Cumartesi günü Pera Müzesi’ndeki Botero sergisi ve Taksim Cumhuriyet Sanat Galerisi ardından rotamızı AKM önünden santralistanbul’a doğru kalkan servislere çevirdik. Yanlış servise binme gafletine kalkıştığımız için ücretsiz olan servislere 3 milyon gibi bir ücret ödedik, neyseki diğer 3 kullanışımızda bedava olan servislere binebildik :P
Cumartesi günü alana vardığımızda kolumuza geçirilen turuncu bileklikler ile alanı gezmeye başladık, hayatilerle, bando takımıyla karşılaştıktan sonra Club 14.1'e geçip All Tommorow's Parties adlı belgeseli izledik. Bitiminde yine halen sıcağın hakim olduğu çimlere ve dev minderlere kendimizi attık. Girişe yakın bir yerde minderlere oturduğumuz için iki gün boyunca gelen geçenin ne giyindiğini konuştuk, hangi markların kullanıldığını gördük, şıkları ve rüküşleri seçtik. Yeri gelmişken söylemem gerekir ki giyim konusunda inanılmaz cüretkâr insanlar mevcuttu.

İkinic gün ise, bir çok insanın aksine, hızla yağan yağmur bizim keyfimizi kaçırmadı, zira millet ne yapsak diye düşünürken biz minderli kapıp üstü kapalı ortama geçip kaçışanları dikizleyip onların dedikodusunu yapıp eğlenmeye devam ettik. Ama maalesef o sırada çalmakta olan İlhan Erşahin’i de duyamaz olduk, zira sığındığımız yerdeki nüfüs arttıkça onlarda orada başka müzik çalmaya devam ettiler. İkinci gün Blur hakkındaki No Distance Left to Run belgeselini izleme gibi planımız olmasına rağmen izlemedik.
Havanın kararmaya başlamasıyla ana sahne önüne toparlanmaya başlayan gençlik arasında bizde yerimizi aldık, hem de oldukça ön sıradan.

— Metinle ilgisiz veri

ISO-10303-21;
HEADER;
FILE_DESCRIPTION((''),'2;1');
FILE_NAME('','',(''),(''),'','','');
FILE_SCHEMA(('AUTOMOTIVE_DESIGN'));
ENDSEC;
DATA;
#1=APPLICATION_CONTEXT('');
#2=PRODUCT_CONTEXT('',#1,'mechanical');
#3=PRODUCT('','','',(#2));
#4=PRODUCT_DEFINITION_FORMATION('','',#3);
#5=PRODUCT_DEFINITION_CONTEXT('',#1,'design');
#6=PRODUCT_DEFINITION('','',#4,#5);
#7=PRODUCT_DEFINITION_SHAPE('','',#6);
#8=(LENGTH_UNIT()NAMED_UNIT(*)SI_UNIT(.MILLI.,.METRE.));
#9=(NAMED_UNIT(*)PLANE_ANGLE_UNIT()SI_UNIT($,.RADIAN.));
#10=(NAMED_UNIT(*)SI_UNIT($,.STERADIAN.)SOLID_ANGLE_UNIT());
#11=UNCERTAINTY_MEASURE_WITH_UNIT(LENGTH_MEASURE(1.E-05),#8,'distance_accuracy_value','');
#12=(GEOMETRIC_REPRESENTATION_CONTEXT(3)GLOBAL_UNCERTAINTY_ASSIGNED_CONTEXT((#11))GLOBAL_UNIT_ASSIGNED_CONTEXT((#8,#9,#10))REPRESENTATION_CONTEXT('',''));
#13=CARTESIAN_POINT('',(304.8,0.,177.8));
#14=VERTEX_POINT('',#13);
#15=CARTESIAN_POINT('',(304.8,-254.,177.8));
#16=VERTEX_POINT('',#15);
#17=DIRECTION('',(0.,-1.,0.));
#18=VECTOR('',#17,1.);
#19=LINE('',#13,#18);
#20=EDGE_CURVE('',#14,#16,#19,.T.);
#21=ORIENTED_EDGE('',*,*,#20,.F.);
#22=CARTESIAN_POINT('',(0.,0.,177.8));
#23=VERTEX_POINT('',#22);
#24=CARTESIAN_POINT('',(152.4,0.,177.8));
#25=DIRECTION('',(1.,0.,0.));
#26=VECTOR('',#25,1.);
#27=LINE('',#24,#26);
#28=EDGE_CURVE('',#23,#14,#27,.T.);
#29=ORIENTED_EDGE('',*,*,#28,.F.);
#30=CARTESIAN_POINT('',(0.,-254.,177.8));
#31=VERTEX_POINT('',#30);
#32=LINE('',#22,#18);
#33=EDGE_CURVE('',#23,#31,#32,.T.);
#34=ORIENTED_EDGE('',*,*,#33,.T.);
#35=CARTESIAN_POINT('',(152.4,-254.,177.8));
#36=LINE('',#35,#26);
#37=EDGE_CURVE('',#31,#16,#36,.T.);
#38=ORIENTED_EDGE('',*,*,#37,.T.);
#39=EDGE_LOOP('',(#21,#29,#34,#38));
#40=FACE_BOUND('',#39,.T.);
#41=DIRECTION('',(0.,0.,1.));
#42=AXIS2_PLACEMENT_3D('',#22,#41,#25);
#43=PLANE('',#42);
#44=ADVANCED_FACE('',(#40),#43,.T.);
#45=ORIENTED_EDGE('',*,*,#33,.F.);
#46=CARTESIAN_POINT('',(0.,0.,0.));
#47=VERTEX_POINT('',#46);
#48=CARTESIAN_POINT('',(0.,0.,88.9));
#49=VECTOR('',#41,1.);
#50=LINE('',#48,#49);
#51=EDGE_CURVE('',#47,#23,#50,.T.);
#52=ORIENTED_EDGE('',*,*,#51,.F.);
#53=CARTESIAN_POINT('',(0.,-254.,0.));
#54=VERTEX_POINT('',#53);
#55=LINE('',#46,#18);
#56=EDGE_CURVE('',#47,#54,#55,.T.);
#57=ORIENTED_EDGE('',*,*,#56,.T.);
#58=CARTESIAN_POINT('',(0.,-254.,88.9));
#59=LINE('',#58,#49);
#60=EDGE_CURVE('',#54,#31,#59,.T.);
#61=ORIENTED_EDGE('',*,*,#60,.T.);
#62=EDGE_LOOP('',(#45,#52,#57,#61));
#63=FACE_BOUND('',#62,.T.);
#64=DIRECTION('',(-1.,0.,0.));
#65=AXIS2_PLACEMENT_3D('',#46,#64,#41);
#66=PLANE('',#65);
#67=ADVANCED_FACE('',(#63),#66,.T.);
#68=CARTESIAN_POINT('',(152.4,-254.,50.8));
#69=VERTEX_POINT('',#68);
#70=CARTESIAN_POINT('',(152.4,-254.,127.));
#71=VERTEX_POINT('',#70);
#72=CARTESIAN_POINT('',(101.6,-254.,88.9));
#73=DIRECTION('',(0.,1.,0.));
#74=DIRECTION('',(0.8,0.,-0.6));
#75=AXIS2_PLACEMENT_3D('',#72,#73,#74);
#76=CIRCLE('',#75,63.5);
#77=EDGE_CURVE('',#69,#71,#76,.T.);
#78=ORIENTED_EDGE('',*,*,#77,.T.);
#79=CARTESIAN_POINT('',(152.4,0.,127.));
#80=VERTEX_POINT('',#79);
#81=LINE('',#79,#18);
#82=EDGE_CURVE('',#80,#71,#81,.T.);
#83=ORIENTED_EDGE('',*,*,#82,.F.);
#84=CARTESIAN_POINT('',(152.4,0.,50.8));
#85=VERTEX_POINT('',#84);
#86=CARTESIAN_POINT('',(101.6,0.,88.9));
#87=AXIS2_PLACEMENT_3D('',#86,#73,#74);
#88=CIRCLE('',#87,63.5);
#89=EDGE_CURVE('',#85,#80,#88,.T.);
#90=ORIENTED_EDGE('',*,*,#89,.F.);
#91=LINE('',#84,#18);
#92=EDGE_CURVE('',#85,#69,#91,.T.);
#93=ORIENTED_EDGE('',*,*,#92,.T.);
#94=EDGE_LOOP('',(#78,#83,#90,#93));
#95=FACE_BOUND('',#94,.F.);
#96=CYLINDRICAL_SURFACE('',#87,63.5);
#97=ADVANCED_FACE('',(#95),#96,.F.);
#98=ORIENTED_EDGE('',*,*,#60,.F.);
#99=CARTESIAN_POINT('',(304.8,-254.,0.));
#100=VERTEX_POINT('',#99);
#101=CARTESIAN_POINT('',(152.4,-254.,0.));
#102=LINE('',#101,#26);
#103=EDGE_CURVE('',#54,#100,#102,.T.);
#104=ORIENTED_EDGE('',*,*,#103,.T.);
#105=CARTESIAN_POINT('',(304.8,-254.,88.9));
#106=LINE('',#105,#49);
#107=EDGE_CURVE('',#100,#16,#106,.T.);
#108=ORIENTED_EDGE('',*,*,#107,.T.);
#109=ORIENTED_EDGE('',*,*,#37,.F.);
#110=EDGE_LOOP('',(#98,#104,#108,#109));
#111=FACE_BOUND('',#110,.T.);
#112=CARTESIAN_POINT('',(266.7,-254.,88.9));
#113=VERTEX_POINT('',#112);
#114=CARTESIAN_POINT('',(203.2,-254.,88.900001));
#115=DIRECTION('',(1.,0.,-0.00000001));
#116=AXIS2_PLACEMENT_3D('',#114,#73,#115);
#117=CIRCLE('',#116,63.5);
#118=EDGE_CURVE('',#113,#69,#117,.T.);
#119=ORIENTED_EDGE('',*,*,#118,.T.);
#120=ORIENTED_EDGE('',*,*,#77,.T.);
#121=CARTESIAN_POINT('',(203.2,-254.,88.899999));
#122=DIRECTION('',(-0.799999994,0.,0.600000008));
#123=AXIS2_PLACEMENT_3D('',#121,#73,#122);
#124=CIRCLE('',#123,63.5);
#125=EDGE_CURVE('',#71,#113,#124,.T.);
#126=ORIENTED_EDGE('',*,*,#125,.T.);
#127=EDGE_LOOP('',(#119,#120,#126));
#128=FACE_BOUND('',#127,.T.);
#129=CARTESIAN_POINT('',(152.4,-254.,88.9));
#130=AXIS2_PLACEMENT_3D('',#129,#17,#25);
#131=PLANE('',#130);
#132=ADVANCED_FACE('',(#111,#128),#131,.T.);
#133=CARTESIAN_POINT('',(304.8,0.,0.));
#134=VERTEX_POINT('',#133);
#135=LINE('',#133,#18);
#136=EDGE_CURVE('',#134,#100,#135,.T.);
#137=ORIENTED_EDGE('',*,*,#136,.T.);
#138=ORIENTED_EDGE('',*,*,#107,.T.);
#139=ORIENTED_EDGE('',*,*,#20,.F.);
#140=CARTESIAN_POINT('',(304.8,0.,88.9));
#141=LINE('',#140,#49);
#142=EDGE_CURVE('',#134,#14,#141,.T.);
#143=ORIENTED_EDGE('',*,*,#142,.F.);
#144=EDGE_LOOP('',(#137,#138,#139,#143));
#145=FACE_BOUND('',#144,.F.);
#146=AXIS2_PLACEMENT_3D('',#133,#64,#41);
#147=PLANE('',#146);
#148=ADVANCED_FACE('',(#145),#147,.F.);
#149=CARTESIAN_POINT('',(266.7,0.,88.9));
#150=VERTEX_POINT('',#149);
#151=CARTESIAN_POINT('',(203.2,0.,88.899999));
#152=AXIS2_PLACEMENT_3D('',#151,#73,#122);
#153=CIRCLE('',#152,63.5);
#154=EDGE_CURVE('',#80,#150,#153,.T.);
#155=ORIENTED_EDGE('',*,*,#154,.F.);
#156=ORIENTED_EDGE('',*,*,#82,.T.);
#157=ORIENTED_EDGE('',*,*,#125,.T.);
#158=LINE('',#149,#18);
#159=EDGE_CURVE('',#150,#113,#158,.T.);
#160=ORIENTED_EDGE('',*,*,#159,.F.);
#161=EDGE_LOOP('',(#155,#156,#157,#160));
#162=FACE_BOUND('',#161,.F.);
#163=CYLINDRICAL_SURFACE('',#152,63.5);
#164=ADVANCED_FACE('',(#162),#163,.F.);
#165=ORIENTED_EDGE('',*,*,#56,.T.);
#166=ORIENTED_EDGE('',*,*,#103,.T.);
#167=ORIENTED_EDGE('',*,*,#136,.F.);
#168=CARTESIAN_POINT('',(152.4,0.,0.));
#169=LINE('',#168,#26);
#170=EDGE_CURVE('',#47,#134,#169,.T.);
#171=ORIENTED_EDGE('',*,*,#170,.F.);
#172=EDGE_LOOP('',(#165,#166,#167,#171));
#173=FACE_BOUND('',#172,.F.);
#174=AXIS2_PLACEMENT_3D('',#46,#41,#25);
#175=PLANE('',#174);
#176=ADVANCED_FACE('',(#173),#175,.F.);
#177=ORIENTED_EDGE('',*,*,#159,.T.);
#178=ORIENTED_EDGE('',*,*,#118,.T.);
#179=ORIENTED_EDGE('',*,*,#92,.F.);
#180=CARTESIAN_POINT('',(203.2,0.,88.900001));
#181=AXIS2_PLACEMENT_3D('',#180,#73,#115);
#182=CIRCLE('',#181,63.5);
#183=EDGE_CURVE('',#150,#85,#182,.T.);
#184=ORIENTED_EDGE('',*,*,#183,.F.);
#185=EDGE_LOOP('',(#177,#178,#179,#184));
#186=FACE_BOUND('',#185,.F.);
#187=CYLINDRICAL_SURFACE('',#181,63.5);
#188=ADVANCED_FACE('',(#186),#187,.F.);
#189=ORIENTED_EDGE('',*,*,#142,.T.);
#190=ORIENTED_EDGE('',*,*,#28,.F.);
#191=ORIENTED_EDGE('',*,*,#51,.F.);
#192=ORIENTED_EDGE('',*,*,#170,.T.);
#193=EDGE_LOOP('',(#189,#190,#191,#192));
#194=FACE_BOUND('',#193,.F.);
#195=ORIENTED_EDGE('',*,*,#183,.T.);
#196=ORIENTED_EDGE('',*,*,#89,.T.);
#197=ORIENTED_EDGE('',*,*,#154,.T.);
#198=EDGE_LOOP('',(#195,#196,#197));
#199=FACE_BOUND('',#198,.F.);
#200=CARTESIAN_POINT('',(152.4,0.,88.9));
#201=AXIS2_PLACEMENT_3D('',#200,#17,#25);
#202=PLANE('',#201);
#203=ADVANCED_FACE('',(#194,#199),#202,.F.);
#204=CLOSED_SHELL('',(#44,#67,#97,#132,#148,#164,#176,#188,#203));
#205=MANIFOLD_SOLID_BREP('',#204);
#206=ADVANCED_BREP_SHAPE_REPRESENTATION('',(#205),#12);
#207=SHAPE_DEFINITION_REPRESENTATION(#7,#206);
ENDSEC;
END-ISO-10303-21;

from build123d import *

# Parameters (mm, degrees)
F0_W     = 304.8
F0_H     = 177.8
F1_DEPTH = 254


with BuildPart() as f1:
    # F0 (on Front) → F1 (new body)
    with BuildSketch(Plane.XZ):
        with Locations((152.4, 88.9)):
            Rectangle(F0_W, F0_H)
        with BuildLine():
            ThreePointArc((152.4, 50.8), (38.1, 88.9), (152.4, 127))
            ThreePointArc((152.4, 127), (223.280463, 149.141389), (266.7, 88.9))
            ThreePointArc((266.7, 88.9), (223.280463, 28.658611), (152.4, 50.8))
        make_face(mode=Mode.SUBTRACT)
    extrude(amount=F1_DEPTH)


solid = f1.part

Açıkçası ciddi bir Sophie Ellis hayranı değilim, sadece bu güne kadar yayınlamış olduğu single’ları bilirim, üstelik konser esnasında yeni albümünden parçalar seslendireceğini söylediğinde biraz hayal kırıklığına uğrasam da çok geçmeden ciddi anlamdakoparken ve dans ederken buldum kendimi. Sophie gerçekten de bana unutamayacağım bir saat geçirtti, belki atmosferin de katkısı olmuştur buna :P Kadın cidden taş gibi, dedikleri gibi cidden porselen bebek ! daha fazla abazalık yapmak istemem ama, hatun resmen kusursuz !! hani bir de ‘’sahnesi iyi’’ kalıbı vardır ya cidden bu durumda söyleyebilirim bunu. Eh seyircisiyle nasıl etkileşime gireceğini ve bizleri nasıl coşturacağını da biliyor. Sahne aldığı sırada ‘’ben nasıl daha önce Türkiye’ye gelmem'' diye hayıflanan Sophie, HT Gaztesine verdiği röportajda da muhakkak boğaza nazır Kuruçeşme Arena’da sahne almak istediğini açıklamış. Valla sen gel ben bir daha gelmem mi seni izlemeye be!.

Bakalım 2011de düzenlencek 10. Efes One Love’da kim var.